Once you have it apart, you will have to disassemble the clutch mechanisms per the shop manual as I don't know what Ford used in that tractor (I'm sort of an IH guy myself). Generally, it just involves unbolting the pressure plate assy from the flywheel, just like a clutch in a car or truck. If you do replace the clutch and pressure plate, it may not hurt to get the flywheel machined if it looks worn at all. I'd take it to a tractor shop as they might know better what the specs on that flywheel are. You can only machine it so far before it is out of spec and no longer usable. A New Holland dealer should be able to look up that info (Ford used to own New Holland, NH bought out the company and supports the older Ford stuff). I hope this helps you, but as always read up on the procedure before you start, and have a shop manual handy for any snags you run into. Stay safe in the shop, and don't hurt yourself. Working around a split tractor can be dangerous, so take extra precautions. I don't know your level of mechanical expertise, so I don't know how much you know about working on this stuff or shop safety in general. Stay safe and have a Merry Christmas! 

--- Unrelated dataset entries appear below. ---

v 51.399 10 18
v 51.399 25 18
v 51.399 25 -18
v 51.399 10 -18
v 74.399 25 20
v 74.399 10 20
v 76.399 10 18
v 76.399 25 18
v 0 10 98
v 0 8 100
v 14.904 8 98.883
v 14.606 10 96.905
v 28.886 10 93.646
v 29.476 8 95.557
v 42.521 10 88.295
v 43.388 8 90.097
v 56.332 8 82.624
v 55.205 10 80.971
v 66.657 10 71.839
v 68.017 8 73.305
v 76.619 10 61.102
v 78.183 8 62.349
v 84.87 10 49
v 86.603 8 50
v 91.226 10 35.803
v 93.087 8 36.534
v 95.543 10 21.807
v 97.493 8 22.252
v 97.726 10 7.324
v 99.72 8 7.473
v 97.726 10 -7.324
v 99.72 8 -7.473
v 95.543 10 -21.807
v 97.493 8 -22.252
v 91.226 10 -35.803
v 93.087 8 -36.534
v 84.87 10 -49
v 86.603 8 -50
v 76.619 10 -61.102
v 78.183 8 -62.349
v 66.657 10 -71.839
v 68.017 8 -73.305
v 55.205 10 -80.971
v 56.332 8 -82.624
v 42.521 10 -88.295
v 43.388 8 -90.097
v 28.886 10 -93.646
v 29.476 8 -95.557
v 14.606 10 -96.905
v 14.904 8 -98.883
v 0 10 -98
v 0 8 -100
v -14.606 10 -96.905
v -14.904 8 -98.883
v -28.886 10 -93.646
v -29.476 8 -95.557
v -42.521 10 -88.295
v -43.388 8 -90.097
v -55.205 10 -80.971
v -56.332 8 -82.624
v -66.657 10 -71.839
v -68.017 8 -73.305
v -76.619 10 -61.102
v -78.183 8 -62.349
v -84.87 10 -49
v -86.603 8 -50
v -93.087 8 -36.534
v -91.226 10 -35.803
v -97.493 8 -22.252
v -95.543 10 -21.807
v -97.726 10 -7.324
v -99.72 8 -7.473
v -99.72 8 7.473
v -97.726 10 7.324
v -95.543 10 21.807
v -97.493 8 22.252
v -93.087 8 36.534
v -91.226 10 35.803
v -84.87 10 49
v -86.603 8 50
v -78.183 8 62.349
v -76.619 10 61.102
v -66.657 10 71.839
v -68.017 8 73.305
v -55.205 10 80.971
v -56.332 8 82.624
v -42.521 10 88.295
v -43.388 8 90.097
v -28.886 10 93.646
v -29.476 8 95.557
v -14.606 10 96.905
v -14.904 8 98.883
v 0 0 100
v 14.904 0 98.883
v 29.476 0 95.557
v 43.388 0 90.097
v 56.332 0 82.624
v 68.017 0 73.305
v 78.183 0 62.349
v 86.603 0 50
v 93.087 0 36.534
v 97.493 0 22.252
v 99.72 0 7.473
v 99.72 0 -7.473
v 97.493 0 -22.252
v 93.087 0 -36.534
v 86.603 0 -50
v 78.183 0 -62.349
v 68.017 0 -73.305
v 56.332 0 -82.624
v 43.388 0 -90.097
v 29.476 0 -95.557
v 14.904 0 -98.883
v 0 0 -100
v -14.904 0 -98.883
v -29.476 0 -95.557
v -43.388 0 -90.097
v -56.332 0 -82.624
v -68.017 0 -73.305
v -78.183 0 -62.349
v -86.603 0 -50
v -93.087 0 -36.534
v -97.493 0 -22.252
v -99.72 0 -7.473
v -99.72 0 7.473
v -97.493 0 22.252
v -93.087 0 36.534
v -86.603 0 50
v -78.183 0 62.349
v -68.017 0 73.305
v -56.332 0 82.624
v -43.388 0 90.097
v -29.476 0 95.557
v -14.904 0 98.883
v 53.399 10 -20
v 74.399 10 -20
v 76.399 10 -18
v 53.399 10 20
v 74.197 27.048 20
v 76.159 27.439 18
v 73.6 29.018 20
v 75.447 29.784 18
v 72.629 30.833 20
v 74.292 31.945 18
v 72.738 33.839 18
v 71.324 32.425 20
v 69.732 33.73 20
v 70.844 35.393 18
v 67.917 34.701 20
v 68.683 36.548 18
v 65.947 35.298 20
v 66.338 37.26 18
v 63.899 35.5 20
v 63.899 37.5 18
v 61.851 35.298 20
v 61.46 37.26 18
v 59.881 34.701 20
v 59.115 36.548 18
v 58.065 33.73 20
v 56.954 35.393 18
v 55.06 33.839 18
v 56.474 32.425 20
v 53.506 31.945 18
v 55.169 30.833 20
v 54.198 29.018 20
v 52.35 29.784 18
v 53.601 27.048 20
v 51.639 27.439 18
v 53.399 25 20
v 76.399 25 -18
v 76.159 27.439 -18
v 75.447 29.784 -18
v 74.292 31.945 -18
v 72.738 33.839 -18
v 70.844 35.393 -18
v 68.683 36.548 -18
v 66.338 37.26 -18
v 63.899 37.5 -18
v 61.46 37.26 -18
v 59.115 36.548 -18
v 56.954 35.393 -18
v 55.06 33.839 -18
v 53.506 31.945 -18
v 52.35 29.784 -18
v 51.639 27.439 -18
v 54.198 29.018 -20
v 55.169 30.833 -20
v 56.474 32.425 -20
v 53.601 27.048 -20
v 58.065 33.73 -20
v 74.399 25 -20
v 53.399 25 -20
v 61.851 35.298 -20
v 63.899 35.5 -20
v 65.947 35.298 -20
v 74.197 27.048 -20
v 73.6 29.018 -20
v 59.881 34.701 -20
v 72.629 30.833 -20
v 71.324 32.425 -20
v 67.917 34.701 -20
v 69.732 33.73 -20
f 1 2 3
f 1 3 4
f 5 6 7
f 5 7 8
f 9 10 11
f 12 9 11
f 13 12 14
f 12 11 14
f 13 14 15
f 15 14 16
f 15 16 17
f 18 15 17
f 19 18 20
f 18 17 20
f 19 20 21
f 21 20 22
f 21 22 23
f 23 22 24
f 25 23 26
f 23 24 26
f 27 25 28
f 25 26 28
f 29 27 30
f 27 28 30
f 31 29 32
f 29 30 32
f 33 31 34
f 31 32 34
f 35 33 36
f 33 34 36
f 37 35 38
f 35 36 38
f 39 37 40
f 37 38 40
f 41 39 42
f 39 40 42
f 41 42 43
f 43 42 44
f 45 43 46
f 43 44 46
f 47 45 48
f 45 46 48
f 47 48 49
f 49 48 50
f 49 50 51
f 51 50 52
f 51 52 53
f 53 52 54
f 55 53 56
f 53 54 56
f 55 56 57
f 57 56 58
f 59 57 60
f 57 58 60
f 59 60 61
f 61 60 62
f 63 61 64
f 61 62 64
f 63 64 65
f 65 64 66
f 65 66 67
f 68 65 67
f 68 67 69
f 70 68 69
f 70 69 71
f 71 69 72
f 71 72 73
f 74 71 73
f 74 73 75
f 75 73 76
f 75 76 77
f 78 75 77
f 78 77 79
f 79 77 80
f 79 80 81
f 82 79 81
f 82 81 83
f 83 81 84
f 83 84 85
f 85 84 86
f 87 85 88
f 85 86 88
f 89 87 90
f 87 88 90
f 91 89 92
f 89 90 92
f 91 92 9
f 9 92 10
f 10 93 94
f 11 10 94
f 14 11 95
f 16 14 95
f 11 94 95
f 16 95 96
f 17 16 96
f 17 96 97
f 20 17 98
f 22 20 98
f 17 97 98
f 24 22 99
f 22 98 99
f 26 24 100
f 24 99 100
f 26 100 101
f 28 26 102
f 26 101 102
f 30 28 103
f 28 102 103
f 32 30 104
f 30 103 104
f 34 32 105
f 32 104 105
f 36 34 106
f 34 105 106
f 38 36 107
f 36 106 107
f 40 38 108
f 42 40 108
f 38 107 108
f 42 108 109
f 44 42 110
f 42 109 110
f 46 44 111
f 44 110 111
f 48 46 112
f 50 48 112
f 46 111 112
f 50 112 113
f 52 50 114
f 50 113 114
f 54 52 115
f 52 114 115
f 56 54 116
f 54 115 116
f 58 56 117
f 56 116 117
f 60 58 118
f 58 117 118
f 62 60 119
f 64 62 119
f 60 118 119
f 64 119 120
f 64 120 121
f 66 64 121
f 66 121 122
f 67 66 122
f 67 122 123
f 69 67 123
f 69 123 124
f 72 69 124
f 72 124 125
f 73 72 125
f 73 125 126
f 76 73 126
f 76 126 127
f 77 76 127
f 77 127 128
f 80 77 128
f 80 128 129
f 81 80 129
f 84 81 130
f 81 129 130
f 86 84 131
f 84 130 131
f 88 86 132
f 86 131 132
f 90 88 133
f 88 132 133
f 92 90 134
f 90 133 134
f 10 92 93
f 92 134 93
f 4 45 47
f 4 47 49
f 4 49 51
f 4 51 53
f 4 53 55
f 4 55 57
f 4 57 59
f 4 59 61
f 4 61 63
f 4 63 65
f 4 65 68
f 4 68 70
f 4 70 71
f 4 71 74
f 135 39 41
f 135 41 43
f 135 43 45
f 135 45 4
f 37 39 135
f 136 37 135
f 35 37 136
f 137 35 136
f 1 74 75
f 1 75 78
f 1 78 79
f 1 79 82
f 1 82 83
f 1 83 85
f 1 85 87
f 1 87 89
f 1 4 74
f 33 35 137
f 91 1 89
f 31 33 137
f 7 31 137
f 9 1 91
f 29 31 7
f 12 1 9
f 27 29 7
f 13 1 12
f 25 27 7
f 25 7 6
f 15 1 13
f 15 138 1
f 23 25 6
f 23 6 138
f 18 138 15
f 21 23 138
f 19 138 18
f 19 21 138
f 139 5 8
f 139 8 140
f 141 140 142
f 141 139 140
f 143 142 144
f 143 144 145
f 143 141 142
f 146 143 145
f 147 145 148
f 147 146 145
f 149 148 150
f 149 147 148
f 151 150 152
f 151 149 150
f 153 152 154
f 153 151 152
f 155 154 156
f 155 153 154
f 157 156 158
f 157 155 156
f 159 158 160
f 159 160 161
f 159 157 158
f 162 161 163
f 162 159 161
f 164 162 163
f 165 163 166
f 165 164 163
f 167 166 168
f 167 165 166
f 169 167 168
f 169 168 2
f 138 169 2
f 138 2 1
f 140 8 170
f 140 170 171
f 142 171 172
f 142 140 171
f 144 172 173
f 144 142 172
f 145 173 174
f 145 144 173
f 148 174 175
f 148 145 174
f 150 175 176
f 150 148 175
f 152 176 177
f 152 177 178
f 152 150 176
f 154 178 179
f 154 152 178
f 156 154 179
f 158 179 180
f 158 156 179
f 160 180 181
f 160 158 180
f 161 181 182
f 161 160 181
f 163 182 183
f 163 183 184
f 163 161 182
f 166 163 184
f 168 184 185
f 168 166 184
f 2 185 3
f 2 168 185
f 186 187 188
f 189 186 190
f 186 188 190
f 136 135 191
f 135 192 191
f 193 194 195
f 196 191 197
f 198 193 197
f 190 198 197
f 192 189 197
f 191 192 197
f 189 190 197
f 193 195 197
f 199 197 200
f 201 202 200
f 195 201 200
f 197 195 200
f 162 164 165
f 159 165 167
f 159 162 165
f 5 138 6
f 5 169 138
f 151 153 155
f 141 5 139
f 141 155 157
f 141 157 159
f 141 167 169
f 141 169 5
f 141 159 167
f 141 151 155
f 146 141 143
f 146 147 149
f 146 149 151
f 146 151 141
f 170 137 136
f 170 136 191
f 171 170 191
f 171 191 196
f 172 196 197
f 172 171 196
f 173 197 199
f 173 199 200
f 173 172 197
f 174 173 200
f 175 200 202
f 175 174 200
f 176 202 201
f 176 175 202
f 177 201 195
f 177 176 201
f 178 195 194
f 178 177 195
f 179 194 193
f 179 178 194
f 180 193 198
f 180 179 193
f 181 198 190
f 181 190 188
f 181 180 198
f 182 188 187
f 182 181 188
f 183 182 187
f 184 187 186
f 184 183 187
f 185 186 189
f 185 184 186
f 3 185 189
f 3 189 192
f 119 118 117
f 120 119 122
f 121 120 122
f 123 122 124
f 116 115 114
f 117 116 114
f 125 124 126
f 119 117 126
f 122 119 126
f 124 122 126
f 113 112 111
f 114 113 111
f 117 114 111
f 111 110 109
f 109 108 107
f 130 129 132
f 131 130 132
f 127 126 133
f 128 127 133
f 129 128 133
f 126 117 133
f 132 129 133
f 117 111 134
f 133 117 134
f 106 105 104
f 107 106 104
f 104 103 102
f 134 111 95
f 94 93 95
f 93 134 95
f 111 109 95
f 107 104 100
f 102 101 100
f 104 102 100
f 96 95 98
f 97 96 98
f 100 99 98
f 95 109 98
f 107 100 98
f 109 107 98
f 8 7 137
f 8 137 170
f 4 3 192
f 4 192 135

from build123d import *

# Parameters (mm, degrees)
SKETCH_1_R      = 100
EXTRUDE_1_DEPTH = 10
EXTRUDE_2_DEPTH = 20
CHAMFER_1_SIZE  = 2
CHAMFER_2_SIZE  = 2


with BuildPart() as part:
    # 草图1 → 凸台-拉伸1 (new body)
    with BuildSketch(Plane(origin=(0, 0, 0), x_dir=(1, 0, 0), z_dir=(0, 1, 0))):
        with Locations(Location((0, 0, 0), (0, 0, 270))):
            Circle(SKETCH_1_R)
    extrude(amount=EXTRUDE_1_DEPTH)

    # 草图2 → 凸台-拉伸2 (add, symmetric)
    with BuildSketch(Plane.XY):
        with BuildLine():
            Line((51.398957954, 25), (51.398957954, 10))
            Line((51.398957954, 10), (76.398957954, 10))
            Line((76.398957954, 10), (76.398957954, 25))
            ThreePointArc((76.398957954, 25), (63.898957954, 37.5), (51.398957954, 25))
        make_face()
    extrude(amount=EXTRUDE_2_DEPTH, both=True)

    # 倒角1
    chamfer_1_edges = [part.edges().sort_by_distance(p)[0] for p in [
        (51.398957954, 17.5, 20),
        (76.398957954, 17.5, 20),
        (63.898957954, 37.5, -20),
        (51.398957954, 17.5, -20),
        (76.398957954, 17.5, -20),
        (63.898957954, 37.5, 20),
    ]]
    chamfer(chamfer_1_edges, length=CHAMFER_1_SIZE)

    # 倒角2
    chamfer_2_edges = [part.edges().sort_by_distance(p)[0] for p in [
        (0, 10, -100),
    ]]
    chamfer(chamfer_2_edges, length=CHAMFER_2_SIZE)


solid = part.part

PS- From what I read up on that tractor, its part of the 601 series line, so that manual I linked to should be the one for your tractor. More info here: http://www.tractordata.com/farm-tractors/000/2/3/234-ford-641.html


----------



## Big_T (Dec 1, 2011)

First thing you need to get is a shop manual. It will detail what you need to do. Messick's should have shop manuals, and ebay usually has a good selection. 

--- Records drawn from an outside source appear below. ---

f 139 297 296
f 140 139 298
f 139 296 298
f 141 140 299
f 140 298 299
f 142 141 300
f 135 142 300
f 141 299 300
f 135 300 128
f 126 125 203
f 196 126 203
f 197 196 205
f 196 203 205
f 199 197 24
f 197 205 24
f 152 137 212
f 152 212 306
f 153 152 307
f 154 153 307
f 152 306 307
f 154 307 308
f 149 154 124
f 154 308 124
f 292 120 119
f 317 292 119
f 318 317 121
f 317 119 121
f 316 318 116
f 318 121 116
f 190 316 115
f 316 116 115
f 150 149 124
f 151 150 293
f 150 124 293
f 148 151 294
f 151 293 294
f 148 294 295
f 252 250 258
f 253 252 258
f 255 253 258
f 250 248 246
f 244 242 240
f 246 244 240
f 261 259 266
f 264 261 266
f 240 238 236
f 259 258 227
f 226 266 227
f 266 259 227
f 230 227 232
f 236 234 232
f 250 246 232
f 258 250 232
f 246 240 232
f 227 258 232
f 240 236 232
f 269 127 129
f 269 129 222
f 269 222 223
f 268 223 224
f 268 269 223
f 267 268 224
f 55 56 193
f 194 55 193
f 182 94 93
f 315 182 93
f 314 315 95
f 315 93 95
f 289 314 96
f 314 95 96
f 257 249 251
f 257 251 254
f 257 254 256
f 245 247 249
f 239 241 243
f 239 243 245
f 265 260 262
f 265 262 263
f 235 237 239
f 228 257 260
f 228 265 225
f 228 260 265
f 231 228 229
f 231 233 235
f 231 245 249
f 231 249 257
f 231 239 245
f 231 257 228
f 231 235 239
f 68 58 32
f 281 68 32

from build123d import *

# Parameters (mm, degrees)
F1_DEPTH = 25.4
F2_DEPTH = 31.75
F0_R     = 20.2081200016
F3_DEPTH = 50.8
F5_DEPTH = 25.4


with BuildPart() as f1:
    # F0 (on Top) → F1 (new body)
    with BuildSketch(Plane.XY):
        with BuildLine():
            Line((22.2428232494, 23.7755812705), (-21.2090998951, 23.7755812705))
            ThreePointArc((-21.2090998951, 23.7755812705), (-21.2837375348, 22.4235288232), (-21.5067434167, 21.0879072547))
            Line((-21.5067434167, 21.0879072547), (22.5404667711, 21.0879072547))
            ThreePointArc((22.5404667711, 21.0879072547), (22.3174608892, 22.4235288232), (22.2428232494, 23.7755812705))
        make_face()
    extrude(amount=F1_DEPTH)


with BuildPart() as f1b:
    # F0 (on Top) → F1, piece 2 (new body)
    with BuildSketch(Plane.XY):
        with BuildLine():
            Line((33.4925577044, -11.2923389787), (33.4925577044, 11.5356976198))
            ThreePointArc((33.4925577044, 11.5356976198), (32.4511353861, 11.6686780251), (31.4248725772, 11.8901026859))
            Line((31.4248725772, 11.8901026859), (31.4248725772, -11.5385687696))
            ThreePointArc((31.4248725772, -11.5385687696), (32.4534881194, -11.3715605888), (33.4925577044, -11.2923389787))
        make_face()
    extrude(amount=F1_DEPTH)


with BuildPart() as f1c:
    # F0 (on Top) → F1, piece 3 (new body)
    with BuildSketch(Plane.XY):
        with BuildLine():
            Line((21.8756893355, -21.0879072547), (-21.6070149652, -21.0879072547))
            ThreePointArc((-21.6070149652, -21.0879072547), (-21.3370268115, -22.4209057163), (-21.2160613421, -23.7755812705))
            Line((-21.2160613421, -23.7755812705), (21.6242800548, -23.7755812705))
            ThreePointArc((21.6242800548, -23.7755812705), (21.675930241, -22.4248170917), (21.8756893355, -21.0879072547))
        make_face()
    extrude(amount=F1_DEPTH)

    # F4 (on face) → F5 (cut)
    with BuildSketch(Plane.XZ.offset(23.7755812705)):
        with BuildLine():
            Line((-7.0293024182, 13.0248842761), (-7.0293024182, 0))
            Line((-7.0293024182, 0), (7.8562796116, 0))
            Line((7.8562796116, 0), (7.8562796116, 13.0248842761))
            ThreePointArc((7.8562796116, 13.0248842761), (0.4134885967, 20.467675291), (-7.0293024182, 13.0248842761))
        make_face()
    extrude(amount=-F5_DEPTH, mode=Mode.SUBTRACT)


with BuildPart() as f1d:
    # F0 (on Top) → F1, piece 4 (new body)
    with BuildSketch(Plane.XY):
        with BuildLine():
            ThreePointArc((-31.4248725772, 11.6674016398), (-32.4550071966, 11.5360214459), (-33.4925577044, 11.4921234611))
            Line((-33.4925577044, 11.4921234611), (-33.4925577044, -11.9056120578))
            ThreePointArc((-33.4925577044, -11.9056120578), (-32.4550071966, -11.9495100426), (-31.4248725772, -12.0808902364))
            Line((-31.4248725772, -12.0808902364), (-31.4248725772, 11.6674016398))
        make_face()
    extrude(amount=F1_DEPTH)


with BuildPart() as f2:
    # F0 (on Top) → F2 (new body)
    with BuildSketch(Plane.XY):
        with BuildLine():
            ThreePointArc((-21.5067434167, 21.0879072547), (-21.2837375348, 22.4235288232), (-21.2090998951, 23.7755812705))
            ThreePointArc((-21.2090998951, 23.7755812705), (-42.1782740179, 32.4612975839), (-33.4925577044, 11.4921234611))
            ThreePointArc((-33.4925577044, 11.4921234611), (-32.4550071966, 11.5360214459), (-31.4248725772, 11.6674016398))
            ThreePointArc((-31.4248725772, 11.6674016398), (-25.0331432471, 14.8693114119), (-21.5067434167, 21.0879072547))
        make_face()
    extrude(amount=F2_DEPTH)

Splitting a tractor is a bit intimidating, but it's not all that difficult. Best done on concrete or level ground. One thing to remember is that the front axle must be blocked with wedges so it does not flop to one side when it pulls clear of the transmission. Also, chock the front wheels tightly so they cannot move in either direction (due to worn pivot pin/radius rod disconnection). 

In addition to clutch replacement, you'll want to replace the throwout bearing, pilot bearing and also consider replacing the rear main engine seal and transmission shaft seals, especially if they're leaking.


----------



## DreamRyder1963 (Dec 24, 2011)

Thank You, for your advice. I will start with a shop manual and go from there. Are there any vendors that are prefered for obtaining the parts?


----------



## pauldeere (Apr 24, 2011)

DreamRyder, You have got some good info. from the first two replys. I have split and replaced clutches on several ford tractors, my last was a 641 this past summer. Remember block the front end of the tractor and roll the back when splitting. You can get a clutch kit from any Ford New Holland dealer for around $150.00, this includes the Clutch, pressure plate, throw out bearing, pilot bearing, and the plastic clutch allignment tool. Good luck...............


----------